DESCRIPTION OF THE PREFERRED EMBODIMENTS
FIG. 1 shows a functional block diagram of a terminal in which a
word processor function and a teletex function are combined with
high efficiency voice coding transmission, speech synthesis by rule
and voice typewriter. Transmission apparatus need not be limited to
a teletex network but other apparatus may be used.
The functional operations are first explained. When the terminal
shown in FIG. 1 functions as a voice compression transmission
terminal, a speech input 101 is separated to spectrum envelope
information and fine spectrum information by a speech analyzer 102,
the information is compressed by an encoder 103 and converted to
transmission codes 104 and sent out to a transmission line 105
through a line interface. The received information is synthesized
into a speech waveform by a speech synthesizer 107 through a
decoder 106 and outputted as a voice (speech output) 108. If the
compressed information is temporarily stored in a memory 109-1, it
functions as a voice mail.
When the terminal shown in FIG. 1 is used as a voice typewriter
110, the speech is recognized by the spectrum information and
converted to a Kana (character) code string 111. The encoder 103
may be omitted and the output of the speech analyzer 102 may be
directly used. In this step, the converted Kana (character) code
string can be handled as a signal of the same level as that of a
key-entered Kana (character) code sequence from a keyboard 112.

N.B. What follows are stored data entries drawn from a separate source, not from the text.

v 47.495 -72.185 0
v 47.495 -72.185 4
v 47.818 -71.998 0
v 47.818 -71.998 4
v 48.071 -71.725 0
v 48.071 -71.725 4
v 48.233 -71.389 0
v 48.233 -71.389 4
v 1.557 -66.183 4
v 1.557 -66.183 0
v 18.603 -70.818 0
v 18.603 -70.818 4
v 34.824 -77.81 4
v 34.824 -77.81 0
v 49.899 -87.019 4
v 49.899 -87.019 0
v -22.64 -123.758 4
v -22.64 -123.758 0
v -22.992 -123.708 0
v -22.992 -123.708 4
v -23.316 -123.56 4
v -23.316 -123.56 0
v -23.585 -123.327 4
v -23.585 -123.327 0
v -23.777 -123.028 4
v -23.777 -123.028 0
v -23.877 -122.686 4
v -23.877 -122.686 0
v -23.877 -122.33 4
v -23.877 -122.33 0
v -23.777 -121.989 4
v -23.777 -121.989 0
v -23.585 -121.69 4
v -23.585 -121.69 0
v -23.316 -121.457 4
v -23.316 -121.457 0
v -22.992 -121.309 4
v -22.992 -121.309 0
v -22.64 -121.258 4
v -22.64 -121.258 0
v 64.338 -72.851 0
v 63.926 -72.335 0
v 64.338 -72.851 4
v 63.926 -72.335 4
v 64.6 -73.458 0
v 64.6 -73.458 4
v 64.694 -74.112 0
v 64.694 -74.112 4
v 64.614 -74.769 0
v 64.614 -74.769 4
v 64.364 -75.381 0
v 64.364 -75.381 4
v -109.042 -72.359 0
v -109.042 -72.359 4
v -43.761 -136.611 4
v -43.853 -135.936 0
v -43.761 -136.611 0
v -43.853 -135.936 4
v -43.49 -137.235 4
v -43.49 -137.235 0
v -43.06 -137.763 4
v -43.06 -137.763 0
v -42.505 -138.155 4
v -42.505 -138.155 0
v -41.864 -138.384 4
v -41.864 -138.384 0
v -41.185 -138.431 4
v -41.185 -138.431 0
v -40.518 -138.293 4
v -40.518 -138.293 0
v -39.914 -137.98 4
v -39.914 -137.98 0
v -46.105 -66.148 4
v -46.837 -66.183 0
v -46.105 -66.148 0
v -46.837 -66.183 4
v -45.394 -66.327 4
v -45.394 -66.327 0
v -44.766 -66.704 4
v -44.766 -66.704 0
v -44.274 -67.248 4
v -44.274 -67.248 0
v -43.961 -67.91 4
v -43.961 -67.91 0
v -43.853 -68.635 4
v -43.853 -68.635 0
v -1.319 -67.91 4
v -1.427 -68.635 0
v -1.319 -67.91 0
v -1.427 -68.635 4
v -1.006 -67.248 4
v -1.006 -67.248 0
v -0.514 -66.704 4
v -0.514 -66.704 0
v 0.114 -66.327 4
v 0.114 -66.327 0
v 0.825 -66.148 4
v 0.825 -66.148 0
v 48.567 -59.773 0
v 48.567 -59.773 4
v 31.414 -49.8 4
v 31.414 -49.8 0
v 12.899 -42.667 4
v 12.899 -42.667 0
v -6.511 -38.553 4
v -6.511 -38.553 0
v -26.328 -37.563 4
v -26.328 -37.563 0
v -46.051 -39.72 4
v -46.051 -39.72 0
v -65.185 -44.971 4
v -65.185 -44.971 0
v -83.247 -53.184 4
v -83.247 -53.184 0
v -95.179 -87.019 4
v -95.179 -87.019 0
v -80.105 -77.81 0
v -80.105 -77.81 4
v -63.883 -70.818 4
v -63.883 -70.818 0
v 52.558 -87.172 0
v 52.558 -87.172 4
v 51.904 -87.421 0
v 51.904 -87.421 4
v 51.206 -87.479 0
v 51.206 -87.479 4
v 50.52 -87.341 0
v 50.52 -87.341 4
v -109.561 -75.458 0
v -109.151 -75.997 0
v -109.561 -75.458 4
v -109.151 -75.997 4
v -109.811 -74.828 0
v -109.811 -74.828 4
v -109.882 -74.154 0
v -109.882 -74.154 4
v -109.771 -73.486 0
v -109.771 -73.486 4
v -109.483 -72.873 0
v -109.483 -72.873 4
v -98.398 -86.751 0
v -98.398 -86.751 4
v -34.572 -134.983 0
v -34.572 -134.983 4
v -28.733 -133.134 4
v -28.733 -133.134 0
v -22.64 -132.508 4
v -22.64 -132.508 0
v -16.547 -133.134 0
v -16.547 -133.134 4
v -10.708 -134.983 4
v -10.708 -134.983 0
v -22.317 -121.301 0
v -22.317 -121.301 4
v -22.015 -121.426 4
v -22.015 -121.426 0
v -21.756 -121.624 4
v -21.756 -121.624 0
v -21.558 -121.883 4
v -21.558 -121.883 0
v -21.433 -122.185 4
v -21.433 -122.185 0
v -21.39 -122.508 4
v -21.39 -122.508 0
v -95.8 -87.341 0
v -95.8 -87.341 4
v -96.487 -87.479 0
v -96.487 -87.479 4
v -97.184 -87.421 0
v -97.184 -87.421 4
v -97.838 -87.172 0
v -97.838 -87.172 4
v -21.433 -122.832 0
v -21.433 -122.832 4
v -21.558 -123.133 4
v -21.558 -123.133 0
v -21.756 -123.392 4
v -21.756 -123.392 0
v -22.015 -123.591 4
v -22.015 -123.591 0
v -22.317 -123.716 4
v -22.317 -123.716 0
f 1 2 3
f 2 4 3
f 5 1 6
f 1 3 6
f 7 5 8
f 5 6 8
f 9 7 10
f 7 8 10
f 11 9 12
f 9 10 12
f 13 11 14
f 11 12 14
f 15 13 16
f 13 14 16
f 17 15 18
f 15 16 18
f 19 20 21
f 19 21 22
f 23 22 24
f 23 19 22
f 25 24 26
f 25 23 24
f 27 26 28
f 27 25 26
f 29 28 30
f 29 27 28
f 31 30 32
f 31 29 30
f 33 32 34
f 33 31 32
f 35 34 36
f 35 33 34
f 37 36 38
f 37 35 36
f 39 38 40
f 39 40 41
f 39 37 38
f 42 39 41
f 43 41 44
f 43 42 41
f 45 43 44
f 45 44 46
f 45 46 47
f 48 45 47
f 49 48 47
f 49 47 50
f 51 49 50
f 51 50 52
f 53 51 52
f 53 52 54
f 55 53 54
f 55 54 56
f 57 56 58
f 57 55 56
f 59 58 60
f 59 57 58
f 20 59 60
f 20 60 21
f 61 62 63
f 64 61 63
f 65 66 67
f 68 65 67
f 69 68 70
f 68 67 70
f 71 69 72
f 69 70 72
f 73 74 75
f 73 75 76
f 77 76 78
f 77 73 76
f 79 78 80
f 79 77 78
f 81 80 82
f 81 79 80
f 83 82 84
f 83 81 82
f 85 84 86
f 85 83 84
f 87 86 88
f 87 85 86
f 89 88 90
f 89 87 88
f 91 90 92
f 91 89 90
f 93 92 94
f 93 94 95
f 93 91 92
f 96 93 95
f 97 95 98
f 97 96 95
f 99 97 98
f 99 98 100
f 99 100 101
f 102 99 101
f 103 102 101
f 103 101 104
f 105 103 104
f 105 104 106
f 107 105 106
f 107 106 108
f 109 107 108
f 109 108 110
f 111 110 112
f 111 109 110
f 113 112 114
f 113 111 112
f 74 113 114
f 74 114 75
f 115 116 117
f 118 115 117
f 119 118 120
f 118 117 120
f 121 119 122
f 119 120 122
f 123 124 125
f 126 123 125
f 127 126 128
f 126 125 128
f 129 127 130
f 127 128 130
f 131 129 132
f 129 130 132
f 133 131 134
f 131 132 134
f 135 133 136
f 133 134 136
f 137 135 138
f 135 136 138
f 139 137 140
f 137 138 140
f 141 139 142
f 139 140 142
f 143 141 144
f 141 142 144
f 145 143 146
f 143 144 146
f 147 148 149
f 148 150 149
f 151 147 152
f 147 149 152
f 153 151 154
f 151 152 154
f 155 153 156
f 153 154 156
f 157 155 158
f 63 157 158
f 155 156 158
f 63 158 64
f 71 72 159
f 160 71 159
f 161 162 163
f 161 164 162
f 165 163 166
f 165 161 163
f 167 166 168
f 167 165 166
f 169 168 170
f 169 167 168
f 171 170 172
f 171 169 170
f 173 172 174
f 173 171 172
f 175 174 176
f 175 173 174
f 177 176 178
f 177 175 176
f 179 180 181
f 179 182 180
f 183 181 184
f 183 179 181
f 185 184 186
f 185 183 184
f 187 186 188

Accordingly, functions of the word processor such as Kana
(character)-Kanji (chinese-character) conversion can be used. The
Kana-Kanji converted data may be displayed on a display (114, 115)
or transmitted as character information by using the teletex
function 105. A mail function which uses the character information
may be provided.
It is frequently troublesome to look through a large amount of
character code document information on a display. When important
information is to be visually checked or a chart is to be observed,
they may be displayed on the display 114 but much sentence
information may be in many cases listened by voice. In this case,
the character information string is converted to the spectrum
envelope information and the fine spectrum information, and they
are converted to voice waveforms by the speech synthesis unit
(decoder for speech compression transmission) 107 and can be
outputted (108) as voice.
Within the terminal, broken lines are connected because it is
necessary at times to use the terminal as a voice memory or word
processor.
In this manner, an economical construction of apparatus is attained
by sharing various processing functions 102 and 107 to thereby
organically convert characters to voice or vice versa.
FIG. 2 shows a configuration of one embodiment of the present
invention.
Functions of major unit are explained first. In the present system,
necessary functions are attained by organic combination of those
units.
A speech analyzer 102 analyzes speech input and comprises an A/D
converter 202, a memory 203 for temporarily buffering the speech
input and a digital signal processor (DSP) 204 for processing
signals. The DSP 204 extracts the spectrum envelope information by
a speech input spectrum analyzer (by linear prediction) 204-1,
extracts the fine spectrum information by a predictive residual
extractor 204-2 and extracts a pitch (204-3).
The speech input 101 is digitized by an A/D converter 202 and it is
sent to an input buffer 203 which is of dual buffer structure which
can hold the next speech input without interruption during coding
of a predetermined length of speech.
A vector quantizer 208 comprises a vector code book 208-1 which
contains various tables and a matching unit 208-2 which compares an
input data with the tables to output a code of a matching table. An
item to be quantized is determined by selecting a necessary code
book by an instruction from a main control unit 201.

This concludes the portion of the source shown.